Please quote exactly the lines below from the line containing "#69=LINE('',#67,#29);" to the line containing "#83=VERTEX_POINT('',#82);", both lines included, and nothing else.
________________________________________
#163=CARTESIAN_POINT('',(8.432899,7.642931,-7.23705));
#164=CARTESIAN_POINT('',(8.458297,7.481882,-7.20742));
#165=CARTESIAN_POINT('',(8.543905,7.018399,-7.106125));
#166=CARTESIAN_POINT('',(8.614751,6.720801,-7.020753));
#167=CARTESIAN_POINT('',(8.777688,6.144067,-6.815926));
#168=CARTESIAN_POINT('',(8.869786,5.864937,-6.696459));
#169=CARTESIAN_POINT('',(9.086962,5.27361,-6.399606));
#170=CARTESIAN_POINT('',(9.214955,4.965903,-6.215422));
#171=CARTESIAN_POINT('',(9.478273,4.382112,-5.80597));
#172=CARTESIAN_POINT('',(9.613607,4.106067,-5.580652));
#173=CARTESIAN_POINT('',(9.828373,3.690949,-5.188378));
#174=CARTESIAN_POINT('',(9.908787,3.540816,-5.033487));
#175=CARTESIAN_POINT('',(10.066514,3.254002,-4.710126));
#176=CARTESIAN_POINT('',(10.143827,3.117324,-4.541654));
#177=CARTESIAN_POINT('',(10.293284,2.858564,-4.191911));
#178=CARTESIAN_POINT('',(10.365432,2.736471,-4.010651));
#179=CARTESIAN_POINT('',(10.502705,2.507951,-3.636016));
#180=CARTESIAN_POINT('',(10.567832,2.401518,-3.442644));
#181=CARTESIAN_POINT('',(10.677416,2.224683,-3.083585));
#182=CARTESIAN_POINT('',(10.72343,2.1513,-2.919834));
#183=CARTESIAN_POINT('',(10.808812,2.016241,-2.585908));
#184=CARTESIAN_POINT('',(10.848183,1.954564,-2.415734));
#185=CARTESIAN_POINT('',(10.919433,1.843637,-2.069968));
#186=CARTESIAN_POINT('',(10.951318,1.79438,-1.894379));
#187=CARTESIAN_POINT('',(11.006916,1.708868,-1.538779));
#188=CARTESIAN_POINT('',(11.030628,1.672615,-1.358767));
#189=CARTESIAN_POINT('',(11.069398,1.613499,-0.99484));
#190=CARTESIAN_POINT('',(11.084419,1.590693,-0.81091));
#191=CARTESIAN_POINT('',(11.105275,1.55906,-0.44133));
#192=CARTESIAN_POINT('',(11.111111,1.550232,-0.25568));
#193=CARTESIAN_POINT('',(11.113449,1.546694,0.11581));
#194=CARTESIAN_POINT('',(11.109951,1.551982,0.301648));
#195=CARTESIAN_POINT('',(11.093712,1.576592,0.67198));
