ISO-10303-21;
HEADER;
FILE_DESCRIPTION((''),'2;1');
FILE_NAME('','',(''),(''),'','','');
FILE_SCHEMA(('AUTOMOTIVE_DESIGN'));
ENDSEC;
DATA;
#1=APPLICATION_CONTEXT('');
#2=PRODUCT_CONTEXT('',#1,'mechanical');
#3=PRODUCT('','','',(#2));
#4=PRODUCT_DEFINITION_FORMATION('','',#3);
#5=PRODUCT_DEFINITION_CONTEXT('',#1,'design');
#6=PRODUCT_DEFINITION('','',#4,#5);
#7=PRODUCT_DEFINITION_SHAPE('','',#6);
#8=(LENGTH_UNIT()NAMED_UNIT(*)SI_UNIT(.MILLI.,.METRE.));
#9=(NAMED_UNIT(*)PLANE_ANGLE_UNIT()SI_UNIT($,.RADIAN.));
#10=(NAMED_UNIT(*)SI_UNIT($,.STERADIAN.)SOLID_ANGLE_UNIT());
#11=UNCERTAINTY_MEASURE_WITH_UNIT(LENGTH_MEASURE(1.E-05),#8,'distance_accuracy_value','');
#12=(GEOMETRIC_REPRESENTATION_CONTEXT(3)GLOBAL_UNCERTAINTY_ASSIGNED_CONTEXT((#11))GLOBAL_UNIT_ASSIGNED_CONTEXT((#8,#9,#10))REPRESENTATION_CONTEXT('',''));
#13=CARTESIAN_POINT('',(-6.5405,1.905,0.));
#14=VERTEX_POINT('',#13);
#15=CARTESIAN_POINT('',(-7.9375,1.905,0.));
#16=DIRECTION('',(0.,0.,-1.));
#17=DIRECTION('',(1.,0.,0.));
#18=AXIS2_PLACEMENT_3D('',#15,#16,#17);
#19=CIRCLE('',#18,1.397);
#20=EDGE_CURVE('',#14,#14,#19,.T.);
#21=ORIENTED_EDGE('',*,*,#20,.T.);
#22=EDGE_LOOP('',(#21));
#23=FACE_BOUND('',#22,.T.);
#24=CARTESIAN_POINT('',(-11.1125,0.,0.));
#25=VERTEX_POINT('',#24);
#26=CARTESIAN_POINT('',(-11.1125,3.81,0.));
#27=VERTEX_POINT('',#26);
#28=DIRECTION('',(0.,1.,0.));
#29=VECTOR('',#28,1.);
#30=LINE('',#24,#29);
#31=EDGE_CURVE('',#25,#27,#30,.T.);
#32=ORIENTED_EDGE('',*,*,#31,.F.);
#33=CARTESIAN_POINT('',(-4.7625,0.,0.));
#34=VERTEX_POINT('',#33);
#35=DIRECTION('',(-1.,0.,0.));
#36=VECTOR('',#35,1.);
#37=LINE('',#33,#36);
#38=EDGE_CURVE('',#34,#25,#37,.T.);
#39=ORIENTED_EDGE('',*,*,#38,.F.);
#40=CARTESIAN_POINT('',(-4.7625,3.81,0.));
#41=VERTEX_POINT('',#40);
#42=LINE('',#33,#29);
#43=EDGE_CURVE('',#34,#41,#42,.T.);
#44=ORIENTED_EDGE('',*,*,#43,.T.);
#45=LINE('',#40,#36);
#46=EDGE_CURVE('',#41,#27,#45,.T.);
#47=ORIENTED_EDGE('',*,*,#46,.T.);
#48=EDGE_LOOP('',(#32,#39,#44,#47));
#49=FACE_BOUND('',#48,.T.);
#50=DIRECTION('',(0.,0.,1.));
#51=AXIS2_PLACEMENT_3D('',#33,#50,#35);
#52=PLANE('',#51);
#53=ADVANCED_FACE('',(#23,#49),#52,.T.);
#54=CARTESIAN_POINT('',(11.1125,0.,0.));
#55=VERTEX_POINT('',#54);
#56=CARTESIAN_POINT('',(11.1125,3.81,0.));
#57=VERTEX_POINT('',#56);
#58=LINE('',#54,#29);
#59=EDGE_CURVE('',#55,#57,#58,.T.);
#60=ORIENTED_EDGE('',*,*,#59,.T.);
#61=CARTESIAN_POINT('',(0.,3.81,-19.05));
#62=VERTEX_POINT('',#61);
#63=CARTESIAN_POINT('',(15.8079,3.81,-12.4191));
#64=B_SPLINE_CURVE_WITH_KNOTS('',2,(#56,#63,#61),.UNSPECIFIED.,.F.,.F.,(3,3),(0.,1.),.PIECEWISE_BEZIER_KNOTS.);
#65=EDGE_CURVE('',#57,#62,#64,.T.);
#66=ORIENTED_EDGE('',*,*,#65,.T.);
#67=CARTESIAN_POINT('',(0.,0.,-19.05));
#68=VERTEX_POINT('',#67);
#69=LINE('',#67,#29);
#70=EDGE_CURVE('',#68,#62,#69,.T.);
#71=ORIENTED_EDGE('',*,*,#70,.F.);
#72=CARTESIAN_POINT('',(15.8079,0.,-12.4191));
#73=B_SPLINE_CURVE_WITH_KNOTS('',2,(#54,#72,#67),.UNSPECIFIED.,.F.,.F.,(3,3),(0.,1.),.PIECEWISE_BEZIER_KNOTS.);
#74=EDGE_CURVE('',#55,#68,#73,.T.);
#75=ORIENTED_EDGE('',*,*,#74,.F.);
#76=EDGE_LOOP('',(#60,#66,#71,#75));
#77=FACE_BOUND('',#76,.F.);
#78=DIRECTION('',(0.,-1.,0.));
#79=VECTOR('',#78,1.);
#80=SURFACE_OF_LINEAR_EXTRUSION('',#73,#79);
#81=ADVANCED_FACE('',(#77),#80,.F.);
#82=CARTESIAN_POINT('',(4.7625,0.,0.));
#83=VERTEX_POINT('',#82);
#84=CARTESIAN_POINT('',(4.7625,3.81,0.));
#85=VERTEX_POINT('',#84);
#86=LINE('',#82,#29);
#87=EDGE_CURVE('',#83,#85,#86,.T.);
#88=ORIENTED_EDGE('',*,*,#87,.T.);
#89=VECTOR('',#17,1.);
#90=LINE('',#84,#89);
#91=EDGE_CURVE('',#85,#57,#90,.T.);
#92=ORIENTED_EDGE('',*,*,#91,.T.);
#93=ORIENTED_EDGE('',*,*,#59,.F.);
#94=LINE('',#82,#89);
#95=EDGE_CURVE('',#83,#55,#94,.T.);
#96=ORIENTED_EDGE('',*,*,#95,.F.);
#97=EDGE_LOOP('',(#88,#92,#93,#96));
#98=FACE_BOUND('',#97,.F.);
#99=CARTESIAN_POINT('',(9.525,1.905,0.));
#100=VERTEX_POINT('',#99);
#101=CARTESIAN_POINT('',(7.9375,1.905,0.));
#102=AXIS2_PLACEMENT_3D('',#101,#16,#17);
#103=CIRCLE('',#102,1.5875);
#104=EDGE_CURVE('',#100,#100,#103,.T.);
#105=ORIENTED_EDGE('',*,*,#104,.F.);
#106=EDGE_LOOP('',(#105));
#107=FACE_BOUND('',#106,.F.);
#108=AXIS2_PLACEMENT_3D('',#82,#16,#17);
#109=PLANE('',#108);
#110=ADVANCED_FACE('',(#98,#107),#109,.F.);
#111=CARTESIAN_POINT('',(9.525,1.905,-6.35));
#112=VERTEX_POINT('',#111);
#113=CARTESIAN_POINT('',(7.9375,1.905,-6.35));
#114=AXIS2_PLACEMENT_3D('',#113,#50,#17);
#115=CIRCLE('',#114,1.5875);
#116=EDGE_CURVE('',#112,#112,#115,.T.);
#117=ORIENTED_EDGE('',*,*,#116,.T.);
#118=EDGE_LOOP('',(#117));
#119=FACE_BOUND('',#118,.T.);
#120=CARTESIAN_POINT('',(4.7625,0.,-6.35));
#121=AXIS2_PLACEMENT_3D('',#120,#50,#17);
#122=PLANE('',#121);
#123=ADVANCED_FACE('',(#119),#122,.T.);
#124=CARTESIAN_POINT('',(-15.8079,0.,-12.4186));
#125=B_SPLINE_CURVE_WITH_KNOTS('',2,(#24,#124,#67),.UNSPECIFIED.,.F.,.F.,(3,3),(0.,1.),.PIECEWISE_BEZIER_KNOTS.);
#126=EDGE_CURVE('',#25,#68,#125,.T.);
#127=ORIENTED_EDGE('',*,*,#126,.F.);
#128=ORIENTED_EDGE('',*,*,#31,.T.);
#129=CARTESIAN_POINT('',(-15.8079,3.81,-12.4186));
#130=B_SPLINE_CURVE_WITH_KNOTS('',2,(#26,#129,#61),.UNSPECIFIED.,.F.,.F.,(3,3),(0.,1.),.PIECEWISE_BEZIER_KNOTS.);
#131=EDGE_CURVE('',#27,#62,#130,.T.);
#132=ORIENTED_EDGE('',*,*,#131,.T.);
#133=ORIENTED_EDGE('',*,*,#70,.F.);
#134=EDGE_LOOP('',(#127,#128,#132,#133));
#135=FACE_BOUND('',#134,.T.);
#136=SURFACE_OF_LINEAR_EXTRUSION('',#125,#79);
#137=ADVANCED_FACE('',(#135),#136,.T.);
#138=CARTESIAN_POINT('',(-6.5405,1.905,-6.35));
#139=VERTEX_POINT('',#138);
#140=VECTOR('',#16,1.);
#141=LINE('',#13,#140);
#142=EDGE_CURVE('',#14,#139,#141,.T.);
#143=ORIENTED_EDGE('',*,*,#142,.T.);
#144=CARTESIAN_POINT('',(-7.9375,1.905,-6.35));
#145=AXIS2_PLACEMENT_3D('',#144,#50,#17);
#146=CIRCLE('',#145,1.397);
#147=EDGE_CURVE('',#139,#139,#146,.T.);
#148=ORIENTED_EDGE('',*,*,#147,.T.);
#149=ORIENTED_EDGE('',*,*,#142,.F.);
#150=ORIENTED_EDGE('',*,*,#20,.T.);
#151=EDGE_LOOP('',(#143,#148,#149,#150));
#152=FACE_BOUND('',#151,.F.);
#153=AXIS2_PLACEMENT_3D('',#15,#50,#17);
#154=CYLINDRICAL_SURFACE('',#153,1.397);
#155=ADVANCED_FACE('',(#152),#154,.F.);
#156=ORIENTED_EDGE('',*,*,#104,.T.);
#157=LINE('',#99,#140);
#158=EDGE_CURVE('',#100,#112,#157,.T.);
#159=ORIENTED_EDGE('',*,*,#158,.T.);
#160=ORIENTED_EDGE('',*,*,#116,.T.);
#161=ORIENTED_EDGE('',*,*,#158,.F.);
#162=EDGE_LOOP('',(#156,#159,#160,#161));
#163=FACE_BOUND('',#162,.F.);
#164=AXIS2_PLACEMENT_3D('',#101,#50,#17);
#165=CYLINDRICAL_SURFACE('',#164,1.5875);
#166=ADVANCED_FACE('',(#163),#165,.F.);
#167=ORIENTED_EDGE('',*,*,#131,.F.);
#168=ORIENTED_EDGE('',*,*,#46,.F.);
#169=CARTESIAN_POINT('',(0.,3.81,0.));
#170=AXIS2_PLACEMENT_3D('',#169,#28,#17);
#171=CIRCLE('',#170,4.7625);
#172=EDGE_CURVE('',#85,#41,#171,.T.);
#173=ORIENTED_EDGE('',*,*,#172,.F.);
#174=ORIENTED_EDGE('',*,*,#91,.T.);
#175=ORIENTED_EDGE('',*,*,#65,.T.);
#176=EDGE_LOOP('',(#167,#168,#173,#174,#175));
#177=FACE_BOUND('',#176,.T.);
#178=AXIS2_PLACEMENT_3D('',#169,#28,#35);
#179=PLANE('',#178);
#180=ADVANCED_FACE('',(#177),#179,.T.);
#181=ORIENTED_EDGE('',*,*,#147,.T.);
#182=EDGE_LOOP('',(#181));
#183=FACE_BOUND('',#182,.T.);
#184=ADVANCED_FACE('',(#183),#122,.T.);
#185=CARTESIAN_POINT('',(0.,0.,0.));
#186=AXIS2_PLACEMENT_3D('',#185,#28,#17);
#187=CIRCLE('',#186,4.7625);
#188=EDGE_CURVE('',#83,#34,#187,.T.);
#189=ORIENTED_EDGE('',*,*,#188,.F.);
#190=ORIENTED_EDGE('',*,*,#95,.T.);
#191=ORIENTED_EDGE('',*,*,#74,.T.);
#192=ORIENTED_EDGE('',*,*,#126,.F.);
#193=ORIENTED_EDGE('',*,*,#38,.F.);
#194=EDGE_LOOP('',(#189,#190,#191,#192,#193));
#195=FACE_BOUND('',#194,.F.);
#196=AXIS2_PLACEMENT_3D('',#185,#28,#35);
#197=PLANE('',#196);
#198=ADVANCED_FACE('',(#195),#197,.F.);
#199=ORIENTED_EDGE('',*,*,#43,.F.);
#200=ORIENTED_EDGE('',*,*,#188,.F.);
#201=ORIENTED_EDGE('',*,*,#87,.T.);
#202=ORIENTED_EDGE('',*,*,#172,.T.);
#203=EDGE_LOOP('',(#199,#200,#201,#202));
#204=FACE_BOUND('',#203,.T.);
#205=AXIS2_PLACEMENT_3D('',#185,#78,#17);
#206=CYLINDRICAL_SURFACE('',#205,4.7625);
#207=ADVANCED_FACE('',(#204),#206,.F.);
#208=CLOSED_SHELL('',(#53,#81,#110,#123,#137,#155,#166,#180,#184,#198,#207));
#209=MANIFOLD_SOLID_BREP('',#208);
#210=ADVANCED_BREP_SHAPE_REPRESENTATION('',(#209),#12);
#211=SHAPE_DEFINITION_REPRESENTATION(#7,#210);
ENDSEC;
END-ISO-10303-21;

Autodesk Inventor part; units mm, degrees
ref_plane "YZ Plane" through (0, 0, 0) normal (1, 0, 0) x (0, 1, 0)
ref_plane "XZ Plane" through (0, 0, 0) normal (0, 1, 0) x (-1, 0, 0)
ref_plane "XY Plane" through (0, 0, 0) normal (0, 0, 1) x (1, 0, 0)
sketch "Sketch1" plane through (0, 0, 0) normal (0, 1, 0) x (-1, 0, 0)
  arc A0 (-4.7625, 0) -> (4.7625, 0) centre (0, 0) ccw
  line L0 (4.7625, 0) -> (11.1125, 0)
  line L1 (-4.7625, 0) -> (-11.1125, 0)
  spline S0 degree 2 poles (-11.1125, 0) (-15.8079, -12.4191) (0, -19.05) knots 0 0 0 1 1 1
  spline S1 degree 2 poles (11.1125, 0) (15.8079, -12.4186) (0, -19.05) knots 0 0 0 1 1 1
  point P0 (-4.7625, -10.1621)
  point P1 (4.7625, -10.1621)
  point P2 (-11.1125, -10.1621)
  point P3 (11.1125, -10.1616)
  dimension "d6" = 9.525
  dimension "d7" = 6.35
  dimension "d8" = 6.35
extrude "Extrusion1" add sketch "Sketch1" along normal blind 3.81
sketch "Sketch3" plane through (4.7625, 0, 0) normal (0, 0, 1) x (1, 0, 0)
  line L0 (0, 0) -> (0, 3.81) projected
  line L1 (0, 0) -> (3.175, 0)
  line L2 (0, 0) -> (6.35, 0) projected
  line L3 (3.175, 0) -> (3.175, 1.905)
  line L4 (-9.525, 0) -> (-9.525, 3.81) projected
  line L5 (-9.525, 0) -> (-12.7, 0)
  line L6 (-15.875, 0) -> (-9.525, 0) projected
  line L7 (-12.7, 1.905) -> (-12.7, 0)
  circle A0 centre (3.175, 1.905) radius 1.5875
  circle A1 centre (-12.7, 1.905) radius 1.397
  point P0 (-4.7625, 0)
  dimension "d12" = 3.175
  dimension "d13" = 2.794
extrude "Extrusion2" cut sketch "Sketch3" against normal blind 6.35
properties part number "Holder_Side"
________________________________________
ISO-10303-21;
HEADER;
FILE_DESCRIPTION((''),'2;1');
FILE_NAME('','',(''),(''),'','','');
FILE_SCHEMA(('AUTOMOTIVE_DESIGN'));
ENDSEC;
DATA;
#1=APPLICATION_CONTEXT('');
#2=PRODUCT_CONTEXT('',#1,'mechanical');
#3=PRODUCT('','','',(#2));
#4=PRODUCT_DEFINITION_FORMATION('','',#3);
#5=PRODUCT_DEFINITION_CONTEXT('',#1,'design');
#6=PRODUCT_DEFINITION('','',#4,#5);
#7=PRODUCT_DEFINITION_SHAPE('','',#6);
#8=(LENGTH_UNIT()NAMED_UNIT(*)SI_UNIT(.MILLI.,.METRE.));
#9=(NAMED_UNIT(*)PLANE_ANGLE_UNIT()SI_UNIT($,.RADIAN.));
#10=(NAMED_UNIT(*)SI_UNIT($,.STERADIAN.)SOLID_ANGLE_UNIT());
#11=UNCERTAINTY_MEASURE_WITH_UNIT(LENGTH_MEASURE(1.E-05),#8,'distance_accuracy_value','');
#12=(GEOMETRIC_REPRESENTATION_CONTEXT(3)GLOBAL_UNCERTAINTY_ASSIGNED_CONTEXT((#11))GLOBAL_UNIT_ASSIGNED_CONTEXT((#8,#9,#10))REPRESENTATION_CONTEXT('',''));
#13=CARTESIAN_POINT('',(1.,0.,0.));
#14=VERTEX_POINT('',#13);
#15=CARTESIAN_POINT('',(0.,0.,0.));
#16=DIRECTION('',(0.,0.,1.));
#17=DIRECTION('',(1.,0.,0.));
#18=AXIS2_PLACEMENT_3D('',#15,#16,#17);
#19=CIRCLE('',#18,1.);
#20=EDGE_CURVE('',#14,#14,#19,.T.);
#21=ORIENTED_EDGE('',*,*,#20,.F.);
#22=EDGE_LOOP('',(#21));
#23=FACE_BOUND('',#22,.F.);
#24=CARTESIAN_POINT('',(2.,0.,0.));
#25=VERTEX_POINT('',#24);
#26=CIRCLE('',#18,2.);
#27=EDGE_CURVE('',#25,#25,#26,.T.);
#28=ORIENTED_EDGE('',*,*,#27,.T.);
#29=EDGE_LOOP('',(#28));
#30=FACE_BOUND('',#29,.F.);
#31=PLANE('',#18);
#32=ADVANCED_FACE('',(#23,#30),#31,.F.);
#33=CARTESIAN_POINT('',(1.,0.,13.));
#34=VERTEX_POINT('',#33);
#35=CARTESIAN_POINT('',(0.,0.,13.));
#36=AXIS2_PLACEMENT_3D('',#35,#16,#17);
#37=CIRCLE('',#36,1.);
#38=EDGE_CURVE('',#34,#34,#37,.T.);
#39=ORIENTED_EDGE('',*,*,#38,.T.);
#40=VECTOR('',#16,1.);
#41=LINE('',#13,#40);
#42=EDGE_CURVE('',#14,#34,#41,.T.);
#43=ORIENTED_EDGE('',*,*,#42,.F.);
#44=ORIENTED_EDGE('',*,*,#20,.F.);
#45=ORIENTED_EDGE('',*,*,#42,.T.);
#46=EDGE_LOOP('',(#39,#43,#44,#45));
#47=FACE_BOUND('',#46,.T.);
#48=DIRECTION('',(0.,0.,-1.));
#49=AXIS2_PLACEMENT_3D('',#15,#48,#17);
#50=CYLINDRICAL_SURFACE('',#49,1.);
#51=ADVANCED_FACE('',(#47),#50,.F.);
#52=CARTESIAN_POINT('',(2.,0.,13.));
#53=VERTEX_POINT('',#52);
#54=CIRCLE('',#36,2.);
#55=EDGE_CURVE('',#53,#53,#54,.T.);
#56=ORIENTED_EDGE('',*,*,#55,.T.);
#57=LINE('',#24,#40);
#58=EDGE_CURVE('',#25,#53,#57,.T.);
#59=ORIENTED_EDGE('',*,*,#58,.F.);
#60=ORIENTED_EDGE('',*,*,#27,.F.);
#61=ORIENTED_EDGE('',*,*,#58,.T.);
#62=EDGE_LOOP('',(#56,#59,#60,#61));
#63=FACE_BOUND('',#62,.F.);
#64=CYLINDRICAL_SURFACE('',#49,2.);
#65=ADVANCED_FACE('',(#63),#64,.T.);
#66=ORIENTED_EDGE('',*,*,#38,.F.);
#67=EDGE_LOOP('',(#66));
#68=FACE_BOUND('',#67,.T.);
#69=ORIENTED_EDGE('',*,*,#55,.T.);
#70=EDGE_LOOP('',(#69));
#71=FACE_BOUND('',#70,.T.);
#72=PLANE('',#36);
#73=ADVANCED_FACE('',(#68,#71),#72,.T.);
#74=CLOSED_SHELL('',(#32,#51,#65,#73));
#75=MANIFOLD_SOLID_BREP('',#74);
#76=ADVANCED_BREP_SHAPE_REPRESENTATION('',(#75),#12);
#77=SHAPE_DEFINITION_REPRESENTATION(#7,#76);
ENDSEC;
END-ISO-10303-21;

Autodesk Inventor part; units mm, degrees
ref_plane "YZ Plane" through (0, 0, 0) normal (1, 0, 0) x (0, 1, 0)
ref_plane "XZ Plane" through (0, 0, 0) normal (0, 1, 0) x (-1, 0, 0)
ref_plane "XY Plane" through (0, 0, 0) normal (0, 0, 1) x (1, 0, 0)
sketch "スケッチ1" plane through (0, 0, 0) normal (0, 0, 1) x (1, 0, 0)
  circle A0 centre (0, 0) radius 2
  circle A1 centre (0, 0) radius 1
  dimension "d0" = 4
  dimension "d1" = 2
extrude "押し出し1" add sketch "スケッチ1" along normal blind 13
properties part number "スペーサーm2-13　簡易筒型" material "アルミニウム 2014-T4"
________________________________________
## Expected answer
#69=LINE('',#67,#29);
#70=EDGE_CURVE('',#68,#62,#69,.T.);
#71=ORIENTED_EDGE('',*,*,#70,.F.);
#72=CARTESIAN_POINT('',(15.8079,0.,-12.4191));
#73=B_SPLINE_CURVE_WITH_KNOTS('',2,(#54,#72,#67),.UNSPECIFIED.,.F.,.F.,(3,3),(0.,1.),.PIECEWISE_BEZIER_KNOTS.);
#74=EDGE_CURVE('',#55,#68,#73,.T.);
#75=ORIENTED_EDGE('',*,*,#74,.F.);
#76=EDGE_LOOP('',(#60,#66,#71,#75));
#77=FACE_BOUND('',#76,.F.);
#78=DIRECTION('',(0.,-1.,0.));
#79=VECTOR('',#78,1.);
#80=SURFACE_OF_LINEAR_EXTRUSION('',#73,#79);
#81=ADVANCED_FACE('',(#77),#80,.F.);
#82=CARTESIAN_POINT('',(4.7625,0.,0.));
#83=VERTEX_POINT('',#82);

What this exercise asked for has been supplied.